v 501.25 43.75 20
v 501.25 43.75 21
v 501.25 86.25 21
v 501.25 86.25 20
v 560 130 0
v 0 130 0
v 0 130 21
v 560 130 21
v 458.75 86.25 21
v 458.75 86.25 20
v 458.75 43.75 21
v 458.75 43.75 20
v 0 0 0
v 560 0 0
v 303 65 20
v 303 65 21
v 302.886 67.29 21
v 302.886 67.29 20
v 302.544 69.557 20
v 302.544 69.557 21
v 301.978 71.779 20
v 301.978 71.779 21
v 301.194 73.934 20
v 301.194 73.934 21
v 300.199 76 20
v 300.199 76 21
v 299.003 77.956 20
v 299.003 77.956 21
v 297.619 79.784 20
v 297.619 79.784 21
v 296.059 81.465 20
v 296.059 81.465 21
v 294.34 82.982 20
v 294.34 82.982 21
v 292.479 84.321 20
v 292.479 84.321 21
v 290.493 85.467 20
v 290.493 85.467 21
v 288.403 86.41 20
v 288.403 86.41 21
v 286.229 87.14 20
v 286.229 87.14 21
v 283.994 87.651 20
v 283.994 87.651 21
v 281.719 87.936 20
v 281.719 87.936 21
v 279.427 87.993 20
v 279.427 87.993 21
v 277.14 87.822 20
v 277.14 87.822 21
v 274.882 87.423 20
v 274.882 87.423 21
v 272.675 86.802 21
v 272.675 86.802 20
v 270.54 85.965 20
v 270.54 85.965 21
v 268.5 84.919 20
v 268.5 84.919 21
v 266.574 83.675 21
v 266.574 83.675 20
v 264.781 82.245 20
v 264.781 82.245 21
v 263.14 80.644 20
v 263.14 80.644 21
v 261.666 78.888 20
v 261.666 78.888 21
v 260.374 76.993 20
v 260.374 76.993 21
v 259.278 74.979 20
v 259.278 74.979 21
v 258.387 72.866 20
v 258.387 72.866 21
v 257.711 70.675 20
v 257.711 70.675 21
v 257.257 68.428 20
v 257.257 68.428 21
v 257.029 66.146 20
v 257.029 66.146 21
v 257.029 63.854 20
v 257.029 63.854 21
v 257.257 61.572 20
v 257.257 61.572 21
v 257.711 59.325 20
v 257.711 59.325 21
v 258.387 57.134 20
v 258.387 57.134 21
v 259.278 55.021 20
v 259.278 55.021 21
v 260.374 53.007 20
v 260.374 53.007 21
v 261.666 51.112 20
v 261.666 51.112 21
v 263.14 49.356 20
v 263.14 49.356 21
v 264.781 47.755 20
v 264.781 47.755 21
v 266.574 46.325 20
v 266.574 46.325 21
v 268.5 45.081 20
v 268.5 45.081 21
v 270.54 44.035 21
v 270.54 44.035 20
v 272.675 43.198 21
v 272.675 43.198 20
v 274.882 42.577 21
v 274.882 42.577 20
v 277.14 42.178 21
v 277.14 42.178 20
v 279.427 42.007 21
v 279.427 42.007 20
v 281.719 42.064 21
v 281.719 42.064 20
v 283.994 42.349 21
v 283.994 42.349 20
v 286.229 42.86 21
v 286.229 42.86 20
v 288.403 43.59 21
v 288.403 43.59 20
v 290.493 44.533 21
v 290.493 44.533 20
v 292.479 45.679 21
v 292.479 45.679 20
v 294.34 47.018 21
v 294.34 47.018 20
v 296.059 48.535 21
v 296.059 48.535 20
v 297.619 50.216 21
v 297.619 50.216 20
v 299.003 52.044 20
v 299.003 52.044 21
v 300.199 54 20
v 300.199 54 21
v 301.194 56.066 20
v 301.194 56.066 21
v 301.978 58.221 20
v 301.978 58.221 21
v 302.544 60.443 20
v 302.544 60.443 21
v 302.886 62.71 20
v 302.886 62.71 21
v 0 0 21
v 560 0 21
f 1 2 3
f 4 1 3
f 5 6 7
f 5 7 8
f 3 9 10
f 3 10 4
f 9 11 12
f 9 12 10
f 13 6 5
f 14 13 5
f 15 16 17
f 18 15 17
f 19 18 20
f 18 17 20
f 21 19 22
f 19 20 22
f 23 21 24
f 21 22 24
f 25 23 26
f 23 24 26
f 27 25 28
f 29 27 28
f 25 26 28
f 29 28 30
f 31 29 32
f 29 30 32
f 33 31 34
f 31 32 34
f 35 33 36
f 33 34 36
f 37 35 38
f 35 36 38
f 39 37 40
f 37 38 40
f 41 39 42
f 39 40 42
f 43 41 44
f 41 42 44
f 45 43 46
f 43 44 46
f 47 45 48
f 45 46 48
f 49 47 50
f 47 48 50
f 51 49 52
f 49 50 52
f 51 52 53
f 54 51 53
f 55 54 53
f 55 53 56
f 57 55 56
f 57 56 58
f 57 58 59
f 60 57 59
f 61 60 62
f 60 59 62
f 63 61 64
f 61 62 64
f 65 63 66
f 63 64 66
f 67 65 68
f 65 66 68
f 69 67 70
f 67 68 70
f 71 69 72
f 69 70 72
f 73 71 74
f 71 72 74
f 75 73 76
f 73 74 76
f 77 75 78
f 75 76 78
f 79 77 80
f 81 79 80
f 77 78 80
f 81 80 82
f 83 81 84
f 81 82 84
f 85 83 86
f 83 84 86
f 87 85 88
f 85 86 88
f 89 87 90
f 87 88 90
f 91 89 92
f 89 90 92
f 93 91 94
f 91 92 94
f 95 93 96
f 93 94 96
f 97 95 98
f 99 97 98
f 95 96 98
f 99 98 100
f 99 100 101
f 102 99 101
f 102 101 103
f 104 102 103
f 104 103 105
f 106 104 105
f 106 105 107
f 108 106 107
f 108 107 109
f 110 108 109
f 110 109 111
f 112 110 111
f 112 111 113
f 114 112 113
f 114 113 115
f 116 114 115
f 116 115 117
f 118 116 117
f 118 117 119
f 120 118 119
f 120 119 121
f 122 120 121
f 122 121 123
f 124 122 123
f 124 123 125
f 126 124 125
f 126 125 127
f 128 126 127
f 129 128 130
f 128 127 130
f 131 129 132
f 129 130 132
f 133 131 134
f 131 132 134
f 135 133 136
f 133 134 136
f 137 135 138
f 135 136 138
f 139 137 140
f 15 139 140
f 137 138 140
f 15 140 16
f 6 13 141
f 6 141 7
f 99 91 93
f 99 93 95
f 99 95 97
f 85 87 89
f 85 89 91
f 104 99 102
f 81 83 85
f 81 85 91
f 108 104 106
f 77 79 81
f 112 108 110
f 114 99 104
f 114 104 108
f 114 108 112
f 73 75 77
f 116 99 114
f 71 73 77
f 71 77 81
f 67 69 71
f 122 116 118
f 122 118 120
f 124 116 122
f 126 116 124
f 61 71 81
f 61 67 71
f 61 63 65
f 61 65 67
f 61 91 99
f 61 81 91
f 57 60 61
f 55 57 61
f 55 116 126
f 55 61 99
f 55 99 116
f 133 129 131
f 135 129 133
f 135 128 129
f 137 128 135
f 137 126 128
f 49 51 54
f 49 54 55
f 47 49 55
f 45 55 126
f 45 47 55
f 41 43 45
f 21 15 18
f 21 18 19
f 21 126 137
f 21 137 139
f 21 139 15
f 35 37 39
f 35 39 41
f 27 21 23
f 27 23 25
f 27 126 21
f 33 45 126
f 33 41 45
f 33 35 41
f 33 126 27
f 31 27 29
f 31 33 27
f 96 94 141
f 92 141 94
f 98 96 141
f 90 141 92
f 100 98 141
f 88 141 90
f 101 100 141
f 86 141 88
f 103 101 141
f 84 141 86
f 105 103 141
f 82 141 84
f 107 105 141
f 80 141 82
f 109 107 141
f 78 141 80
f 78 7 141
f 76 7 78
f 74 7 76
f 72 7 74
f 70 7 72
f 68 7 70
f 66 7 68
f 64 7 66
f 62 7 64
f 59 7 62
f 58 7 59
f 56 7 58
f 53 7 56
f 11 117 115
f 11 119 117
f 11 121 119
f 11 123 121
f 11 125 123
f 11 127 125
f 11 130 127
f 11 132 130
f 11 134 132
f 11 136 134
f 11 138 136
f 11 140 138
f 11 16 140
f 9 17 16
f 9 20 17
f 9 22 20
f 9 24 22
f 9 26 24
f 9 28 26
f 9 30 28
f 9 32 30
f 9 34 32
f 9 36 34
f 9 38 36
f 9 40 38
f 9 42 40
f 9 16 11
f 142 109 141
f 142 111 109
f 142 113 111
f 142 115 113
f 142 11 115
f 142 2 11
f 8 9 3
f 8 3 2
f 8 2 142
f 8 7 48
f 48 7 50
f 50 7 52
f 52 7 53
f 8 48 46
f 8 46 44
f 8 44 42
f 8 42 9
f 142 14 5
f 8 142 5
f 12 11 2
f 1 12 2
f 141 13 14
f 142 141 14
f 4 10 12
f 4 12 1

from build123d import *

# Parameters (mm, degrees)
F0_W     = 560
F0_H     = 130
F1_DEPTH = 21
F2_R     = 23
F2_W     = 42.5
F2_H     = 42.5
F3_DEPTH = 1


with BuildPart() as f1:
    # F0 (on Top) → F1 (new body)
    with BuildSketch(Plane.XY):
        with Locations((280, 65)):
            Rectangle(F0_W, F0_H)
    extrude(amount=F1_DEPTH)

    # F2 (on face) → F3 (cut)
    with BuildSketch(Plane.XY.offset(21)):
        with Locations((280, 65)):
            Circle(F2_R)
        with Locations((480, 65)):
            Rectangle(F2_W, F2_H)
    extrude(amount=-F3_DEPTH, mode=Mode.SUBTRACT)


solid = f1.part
★ ★ ★
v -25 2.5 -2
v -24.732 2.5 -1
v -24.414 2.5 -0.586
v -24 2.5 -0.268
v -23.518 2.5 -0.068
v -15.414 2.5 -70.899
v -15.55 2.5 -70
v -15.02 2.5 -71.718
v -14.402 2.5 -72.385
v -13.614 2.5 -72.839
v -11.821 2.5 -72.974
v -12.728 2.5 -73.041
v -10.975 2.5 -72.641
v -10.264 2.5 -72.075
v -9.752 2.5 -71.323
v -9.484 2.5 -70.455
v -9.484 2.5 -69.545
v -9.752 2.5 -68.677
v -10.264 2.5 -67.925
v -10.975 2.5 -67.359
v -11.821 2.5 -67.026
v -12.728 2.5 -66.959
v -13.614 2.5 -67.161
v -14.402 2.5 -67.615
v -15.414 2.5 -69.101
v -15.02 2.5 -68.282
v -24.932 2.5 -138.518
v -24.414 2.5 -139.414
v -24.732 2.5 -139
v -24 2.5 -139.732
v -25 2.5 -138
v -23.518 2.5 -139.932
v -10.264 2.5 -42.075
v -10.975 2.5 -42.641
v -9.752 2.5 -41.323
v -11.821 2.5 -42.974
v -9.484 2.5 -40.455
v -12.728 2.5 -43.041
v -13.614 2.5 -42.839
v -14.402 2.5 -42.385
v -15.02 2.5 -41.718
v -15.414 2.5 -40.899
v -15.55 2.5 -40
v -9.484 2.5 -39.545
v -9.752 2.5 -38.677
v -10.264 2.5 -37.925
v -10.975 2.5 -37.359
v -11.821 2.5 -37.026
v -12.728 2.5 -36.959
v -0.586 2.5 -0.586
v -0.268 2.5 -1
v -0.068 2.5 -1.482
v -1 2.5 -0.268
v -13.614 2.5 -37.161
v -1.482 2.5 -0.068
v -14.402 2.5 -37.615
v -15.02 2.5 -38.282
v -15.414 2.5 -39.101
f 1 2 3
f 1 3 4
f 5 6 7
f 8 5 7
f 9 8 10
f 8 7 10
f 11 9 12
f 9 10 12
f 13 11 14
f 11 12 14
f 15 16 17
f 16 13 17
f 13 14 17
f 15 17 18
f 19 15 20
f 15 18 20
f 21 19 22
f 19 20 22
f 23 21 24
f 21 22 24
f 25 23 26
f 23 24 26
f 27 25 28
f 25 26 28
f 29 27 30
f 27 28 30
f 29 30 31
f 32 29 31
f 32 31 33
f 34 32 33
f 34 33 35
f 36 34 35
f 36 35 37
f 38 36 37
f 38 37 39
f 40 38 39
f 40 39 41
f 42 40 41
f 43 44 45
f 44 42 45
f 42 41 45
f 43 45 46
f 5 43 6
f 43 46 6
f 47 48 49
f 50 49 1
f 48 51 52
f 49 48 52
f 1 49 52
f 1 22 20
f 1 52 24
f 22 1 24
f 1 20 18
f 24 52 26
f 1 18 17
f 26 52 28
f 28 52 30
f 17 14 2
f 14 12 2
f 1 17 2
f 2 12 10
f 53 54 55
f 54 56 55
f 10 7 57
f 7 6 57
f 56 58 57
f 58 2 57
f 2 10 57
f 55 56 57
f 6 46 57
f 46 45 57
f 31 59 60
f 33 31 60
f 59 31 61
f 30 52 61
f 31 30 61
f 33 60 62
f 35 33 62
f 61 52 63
★ ★ ★
### To do
Scan the listing above for the line that has "f 112 110 111", then copy exactly from that line through the line that has "f 80 141 82".

### Response to this task
f 112 110 111
f 112 111 113
f 114 112 113
f 114 113 115
f 116 114 115
f 116 115 117
f 118 116 117
f 118 117 119
f 120 118 119
f 120 119 121
f 122 120 121
f 122 121 123
f 124 122 123
f 124 123 125
f 126 124 125
f 126 125 127
f 128 126 127
f 129 128 130
f 128 127 130
f 131 129 132
f 129 130 132
f 133 131 134
f 131 132 134
f 135 133 136
f 133 134 136
f 137 135 138
f 135 136 138
f 139 137 140
f 15 139 140
f 137 138 140
f 15 140 16
f 6 13 141
f 6 141 7
f 99 91 93
f 99 93 95
f 99 95 97
f 85 87 89
f 85 89 91
f 104 99 102
f 81 83 85
f 81 85 91
f 108 104 106
f 77 79 81
f 112 108 110
f 114 99 104
f 114 104 108
f 114 108 112
f 73 75 77
f 116 99 114
f 71 73 77
f 71 77 81
f 67 69 71
f 122 116 118
f 122 118 120
f 124 116 122
f 126 116 124
f 61 71 81
f 61 67 71
f 61 63 65
f 61 65 67
f 61 91 99
f 61 81 91
f 57 60 61
f 55 57 61
f 55 116 126
f 55 61 99
f 55 99 116
f 133 129 131
f 135 129 133
f 135 128 129
f 137 128 135
f 137 126 128
f 49 51 54
f 49 54 55
f 47 49 55
f 45 55 126
f 45 47 55
f 41 43 45
f 21 15 18
f 21 18 19
f 21 126 137
f 21 137 139
f 21 139 15
f 35 37 39
f 35 39 41
f 27 21 23
f 27 23 25
f 27 126 21
f 33 45 126
f 33 41 45
f 33 35 41
f 33 126 27
f 31 27 29
f 31 33 27
f 96 94 141
f 92 141 94
f 98 96 141
f 90 141 92
f 100 98 141
f 88 141 90
f 101 100 141
f 86 141 88
f 103 101 141
f 84 141 86
f 105 103 141
f 82 141 84
f 107 105 141
f 80 141 82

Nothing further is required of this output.